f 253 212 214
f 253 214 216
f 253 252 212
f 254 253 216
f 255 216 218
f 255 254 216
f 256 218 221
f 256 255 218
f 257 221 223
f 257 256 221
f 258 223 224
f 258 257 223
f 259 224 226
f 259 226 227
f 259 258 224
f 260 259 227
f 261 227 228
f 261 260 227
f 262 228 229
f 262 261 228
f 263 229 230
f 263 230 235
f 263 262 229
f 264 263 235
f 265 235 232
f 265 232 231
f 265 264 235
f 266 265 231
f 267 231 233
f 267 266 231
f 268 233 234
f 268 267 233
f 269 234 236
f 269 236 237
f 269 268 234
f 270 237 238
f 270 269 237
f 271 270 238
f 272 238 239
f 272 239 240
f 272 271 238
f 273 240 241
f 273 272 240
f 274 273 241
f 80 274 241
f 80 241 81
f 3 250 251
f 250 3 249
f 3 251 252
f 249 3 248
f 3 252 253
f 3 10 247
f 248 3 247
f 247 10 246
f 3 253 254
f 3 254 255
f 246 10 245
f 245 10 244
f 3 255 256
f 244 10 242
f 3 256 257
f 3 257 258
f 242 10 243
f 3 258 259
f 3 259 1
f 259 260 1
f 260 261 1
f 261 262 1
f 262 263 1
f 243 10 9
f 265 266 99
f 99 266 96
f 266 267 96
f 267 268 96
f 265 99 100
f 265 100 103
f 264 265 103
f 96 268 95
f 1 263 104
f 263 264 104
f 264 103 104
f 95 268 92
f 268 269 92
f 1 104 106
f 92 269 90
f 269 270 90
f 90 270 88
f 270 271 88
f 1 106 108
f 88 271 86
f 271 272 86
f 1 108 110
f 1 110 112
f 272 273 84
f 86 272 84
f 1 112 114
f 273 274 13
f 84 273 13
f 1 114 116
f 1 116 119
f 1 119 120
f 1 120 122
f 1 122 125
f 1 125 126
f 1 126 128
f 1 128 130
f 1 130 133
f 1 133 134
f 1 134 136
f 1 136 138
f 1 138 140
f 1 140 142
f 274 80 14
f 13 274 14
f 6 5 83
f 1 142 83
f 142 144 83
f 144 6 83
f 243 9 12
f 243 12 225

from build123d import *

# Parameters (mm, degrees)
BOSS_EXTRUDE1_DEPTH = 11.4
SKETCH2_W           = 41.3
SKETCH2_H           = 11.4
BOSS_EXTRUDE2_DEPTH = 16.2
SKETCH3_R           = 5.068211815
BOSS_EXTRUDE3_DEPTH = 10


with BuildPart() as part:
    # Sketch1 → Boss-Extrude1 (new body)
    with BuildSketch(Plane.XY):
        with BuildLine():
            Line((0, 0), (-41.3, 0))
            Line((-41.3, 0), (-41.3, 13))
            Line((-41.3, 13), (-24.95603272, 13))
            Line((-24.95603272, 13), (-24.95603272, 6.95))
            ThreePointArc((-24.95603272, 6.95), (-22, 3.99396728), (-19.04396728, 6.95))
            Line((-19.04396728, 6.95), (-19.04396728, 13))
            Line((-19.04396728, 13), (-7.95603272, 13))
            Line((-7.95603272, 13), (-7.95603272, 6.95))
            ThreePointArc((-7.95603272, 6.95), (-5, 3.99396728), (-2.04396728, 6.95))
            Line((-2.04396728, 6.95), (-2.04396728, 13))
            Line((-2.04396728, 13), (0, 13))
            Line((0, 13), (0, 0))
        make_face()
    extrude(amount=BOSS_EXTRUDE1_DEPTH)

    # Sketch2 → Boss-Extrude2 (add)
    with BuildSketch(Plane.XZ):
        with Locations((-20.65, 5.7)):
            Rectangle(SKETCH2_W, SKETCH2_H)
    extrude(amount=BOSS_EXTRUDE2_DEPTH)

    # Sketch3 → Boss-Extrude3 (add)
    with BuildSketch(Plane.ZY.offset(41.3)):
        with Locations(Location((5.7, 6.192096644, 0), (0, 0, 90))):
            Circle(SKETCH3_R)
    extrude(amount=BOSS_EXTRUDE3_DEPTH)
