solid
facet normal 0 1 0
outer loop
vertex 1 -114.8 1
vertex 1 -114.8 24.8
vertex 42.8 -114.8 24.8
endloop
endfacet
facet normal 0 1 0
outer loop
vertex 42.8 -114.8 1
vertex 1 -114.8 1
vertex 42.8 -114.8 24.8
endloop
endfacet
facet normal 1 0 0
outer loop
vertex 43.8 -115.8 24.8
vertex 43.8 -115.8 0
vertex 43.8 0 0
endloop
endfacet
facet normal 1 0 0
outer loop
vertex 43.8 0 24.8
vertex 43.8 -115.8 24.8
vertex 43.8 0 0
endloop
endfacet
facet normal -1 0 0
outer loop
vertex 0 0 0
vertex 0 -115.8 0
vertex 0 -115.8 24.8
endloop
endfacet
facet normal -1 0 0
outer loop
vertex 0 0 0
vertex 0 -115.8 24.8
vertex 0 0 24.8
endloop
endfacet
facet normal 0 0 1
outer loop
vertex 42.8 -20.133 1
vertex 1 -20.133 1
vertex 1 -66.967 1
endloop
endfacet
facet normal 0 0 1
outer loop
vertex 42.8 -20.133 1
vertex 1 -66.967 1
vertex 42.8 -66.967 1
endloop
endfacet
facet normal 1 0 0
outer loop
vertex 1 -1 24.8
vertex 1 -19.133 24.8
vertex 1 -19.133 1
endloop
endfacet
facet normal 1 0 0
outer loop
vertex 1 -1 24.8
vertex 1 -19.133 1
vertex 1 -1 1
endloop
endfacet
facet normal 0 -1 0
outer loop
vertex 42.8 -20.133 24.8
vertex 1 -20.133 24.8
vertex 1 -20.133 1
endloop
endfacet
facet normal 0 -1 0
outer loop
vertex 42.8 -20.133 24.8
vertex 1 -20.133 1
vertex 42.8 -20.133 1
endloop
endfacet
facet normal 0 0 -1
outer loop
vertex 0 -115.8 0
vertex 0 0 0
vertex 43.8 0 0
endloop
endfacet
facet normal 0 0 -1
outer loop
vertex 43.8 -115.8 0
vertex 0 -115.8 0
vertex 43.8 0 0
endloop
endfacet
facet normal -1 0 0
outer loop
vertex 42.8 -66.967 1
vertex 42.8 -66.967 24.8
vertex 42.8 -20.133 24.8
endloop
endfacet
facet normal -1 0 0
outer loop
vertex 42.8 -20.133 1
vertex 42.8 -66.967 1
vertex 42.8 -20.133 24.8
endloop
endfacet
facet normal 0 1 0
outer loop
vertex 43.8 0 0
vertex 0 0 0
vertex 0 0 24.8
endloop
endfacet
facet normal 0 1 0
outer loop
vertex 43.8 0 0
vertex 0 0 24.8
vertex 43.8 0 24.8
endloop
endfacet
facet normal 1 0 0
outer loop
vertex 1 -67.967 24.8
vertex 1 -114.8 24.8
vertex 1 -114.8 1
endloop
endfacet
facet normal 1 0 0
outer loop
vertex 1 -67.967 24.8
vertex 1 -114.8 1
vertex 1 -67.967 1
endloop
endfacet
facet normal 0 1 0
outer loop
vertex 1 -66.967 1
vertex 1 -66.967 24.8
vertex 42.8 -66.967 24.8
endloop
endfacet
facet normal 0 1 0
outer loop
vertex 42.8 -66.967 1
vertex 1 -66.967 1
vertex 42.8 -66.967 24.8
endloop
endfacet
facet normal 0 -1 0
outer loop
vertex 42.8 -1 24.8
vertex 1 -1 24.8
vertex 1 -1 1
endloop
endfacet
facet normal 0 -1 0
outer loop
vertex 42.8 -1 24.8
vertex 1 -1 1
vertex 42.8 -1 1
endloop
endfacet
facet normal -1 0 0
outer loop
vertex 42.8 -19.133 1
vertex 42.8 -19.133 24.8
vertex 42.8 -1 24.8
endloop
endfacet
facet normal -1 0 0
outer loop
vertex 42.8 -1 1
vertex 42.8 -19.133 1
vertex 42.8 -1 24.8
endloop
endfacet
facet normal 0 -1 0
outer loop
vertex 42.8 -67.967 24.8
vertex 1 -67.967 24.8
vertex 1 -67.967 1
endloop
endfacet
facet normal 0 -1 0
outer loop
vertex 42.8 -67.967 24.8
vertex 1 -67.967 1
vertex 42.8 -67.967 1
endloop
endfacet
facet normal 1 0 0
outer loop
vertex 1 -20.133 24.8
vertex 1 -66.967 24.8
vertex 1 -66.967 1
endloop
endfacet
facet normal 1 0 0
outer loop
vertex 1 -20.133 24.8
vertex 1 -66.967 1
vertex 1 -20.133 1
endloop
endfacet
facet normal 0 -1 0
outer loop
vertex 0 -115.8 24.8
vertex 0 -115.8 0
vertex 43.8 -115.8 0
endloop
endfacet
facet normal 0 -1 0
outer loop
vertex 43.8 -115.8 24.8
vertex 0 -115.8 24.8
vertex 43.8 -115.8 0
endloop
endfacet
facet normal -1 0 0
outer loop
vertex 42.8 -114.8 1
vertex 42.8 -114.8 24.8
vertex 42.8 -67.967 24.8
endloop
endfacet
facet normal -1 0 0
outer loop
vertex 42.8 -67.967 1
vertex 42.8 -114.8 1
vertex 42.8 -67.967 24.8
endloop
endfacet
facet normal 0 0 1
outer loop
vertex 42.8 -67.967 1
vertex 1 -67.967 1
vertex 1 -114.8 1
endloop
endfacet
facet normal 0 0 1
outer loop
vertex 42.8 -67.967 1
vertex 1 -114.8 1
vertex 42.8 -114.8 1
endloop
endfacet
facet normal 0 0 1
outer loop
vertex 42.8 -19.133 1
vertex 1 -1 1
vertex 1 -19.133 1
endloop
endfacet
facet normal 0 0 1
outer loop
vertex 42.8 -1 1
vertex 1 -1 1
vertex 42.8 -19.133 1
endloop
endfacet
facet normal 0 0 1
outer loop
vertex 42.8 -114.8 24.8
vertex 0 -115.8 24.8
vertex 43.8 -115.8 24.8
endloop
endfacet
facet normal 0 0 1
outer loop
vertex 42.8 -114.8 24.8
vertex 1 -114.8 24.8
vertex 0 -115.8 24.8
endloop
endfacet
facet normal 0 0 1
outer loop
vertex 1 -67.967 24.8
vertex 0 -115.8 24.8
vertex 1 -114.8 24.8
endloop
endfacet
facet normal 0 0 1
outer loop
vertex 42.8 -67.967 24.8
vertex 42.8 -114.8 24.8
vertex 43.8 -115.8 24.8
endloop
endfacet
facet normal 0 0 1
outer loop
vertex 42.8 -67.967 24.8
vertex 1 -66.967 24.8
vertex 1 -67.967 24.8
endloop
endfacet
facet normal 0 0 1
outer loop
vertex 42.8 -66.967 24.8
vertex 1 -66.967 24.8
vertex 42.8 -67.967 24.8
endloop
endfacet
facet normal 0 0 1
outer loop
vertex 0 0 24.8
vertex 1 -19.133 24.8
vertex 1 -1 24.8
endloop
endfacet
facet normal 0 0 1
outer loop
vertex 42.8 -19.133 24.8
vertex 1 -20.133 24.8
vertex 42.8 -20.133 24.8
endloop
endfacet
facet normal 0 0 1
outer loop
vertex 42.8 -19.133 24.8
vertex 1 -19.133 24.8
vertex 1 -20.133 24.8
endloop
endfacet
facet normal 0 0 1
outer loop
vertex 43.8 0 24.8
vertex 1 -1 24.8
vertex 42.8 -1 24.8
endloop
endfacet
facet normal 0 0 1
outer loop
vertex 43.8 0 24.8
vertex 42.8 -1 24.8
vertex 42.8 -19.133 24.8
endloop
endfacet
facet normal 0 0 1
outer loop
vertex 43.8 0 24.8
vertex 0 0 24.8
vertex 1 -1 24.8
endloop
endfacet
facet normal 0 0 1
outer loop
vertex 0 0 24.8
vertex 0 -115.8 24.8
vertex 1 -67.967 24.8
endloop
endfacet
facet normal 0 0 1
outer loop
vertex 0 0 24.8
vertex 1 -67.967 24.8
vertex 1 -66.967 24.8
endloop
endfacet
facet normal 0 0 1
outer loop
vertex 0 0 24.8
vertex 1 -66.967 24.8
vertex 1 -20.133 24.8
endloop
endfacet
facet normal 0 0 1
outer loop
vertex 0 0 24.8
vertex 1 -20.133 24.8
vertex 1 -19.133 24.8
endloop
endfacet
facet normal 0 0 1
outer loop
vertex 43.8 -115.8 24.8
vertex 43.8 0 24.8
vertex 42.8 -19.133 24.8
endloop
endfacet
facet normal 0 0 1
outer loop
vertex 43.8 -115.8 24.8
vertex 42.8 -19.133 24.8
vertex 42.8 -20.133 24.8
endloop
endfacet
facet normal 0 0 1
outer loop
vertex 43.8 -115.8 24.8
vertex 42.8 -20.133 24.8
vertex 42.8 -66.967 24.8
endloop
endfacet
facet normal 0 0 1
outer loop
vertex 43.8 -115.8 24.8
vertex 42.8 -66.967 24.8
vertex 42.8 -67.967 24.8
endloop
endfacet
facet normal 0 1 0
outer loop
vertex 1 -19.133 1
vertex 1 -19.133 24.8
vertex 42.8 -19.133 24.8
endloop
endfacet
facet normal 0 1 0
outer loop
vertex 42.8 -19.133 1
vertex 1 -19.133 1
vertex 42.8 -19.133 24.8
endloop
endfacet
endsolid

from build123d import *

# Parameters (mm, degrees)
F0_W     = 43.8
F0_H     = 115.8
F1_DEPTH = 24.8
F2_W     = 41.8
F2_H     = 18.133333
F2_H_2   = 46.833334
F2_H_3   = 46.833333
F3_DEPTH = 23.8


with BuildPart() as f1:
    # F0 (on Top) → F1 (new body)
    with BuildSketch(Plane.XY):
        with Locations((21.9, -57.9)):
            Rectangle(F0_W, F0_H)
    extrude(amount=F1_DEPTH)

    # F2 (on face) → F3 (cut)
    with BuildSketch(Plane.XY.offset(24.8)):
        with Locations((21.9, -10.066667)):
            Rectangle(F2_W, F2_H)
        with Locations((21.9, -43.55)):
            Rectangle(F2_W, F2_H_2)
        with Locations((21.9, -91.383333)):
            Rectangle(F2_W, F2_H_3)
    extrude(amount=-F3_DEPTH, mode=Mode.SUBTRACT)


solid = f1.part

________________

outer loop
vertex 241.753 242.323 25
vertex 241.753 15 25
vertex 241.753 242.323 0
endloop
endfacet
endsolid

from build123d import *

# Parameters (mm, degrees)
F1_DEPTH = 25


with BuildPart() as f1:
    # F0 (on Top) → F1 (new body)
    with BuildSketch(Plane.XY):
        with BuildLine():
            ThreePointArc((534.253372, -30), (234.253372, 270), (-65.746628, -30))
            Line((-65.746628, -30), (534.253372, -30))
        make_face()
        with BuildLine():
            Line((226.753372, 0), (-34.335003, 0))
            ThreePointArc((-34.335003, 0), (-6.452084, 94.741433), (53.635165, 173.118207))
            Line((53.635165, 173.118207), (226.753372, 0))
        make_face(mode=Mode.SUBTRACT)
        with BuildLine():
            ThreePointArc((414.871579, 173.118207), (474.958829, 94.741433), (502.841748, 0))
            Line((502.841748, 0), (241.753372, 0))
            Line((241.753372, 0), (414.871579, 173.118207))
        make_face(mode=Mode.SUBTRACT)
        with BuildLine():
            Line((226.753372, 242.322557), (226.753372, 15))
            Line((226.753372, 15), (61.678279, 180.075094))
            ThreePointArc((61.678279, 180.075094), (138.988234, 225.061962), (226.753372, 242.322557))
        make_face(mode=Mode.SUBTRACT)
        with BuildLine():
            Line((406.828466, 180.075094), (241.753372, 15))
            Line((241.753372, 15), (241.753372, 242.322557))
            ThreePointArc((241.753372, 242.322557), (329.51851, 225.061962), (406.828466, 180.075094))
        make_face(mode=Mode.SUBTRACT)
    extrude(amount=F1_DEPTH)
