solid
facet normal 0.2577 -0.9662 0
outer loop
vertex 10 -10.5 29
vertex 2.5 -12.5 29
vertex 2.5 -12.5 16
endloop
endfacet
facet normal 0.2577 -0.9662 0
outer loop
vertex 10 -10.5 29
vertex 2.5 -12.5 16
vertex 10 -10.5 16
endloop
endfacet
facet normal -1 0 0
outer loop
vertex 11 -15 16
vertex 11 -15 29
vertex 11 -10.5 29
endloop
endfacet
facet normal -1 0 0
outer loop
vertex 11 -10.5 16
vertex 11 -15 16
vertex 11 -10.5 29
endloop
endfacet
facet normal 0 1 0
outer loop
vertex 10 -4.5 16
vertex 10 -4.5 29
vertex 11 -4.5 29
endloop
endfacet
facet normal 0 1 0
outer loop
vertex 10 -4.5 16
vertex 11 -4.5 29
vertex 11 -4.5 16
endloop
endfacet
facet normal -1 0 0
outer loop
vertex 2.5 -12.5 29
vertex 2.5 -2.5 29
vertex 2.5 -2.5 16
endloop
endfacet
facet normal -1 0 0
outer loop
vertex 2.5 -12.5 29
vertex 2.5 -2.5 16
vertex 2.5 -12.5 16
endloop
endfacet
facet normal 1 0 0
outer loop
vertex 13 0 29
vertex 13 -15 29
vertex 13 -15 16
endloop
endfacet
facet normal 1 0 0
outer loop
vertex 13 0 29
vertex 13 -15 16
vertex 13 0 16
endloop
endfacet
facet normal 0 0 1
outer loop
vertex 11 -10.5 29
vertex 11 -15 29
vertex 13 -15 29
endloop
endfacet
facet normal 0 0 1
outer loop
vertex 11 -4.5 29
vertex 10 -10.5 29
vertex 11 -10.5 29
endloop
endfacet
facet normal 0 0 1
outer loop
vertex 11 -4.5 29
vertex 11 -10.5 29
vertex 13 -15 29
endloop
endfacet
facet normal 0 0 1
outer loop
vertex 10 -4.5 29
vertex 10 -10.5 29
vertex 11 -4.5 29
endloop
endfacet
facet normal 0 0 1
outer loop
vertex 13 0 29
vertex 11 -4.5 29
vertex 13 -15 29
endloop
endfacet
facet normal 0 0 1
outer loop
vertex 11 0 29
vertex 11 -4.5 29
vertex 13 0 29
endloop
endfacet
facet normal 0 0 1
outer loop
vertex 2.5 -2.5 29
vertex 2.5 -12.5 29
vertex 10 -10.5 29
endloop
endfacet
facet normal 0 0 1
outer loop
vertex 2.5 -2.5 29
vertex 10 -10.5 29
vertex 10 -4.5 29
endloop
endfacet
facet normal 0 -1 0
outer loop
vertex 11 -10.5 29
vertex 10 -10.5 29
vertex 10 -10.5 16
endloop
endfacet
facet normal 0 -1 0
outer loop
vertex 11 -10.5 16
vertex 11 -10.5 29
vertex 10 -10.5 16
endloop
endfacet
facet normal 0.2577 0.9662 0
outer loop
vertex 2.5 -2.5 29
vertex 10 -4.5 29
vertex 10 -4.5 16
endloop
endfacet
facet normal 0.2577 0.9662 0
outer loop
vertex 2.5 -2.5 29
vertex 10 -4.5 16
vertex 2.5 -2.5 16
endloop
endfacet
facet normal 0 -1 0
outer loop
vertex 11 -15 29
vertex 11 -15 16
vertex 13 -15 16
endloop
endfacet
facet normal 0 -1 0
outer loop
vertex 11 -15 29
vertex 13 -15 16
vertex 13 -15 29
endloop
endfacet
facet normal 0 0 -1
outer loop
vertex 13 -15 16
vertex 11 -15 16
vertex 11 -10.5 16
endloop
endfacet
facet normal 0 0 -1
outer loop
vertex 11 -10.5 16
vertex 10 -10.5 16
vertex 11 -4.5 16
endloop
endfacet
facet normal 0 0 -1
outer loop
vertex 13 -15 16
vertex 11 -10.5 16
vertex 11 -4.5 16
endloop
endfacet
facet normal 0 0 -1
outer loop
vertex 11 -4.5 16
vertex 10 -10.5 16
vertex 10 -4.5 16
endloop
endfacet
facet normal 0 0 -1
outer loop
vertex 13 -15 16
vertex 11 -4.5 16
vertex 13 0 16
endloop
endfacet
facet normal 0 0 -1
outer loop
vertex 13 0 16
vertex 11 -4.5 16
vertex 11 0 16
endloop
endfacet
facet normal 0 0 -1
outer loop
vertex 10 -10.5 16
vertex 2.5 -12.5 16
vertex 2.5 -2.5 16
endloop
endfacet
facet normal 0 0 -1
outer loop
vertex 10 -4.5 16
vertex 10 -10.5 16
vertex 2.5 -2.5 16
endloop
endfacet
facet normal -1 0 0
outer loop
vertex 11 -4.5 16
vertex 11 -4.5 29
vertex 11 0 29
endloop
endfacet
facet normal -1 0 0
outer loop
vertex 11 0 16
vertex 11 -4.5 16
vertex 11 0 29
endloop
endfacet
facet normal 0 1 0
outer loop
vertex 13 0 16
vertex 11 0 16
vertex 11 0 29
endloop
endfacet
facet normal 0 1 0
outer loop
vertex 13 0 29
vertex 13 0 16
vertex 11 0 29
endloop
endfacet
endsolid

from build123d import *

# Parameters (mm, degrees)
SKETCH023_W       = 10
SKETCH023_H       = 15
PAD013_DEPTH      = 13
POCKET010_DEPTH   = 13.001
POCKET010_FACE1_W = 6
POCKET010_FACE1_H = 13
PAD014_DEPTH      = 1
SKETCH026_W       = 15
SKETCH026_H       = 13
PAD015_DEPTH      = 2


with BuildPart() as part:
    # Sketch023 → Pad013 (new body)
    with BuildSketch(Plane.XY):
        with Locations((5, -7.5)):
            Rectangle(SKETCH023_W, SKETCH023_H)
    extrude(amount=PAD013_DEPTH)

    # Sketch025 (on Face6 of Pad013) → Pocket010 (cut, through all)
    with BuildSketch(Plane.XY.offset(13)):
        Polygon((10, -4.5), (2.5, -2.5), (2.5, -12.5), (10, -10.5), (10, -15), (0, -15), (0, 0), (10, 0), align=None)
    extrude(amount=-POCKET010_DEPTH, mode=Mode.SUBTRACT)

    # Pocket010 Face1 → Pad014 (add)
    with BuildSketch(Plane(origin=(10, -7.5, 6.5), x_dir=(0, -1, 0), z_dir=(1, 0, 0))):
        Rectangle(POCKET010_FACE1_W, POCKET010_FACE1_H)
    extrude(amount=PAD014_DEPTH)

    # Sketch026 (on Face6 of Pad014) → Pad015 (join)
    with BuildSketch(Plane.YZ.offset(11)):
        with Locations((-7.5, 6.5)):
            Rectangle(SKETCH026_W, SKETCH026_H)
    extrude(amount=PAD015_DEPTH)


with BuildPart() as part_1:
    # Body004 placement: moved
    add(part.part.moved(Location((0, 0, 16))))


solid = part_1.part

________________

:: Work to complete ::
Would you print exactly, and only, the lines of the data above from the line with "f 248 3 247" through the line with "f 1 110 112", inclusive?

:: Result ::
f 248 3 247
f 247 10 246
f 3 253 254
f 3 254 255
f 246 10 245
f 245 10 244
f 3 255 256
f 244 10 242
f 3 256 257
f 3 257 258
f 242 10 243
f 3 258 259
f 3 259 1
f 259 260 1
f 260 261 1
f 261 262 1
f 262 263 1
f 243 10 9
f 265 266 99
f 99 266 96
f 266 267 96
f 267 268 96
f 265 99 100
f 265 100 103
f 264 265 103
f 96 268 95
f 1 263 104
f 263 264 104
f 264 103 104
f 95 268 92
f 268 269 92
f 1 104 106
f 92 269 90
f 269 270 90
f 90 270 88
f 270 271 88
f 1 106 108
f 88 271 86
f 271 272 86
f 1 108 110
f 1 110 112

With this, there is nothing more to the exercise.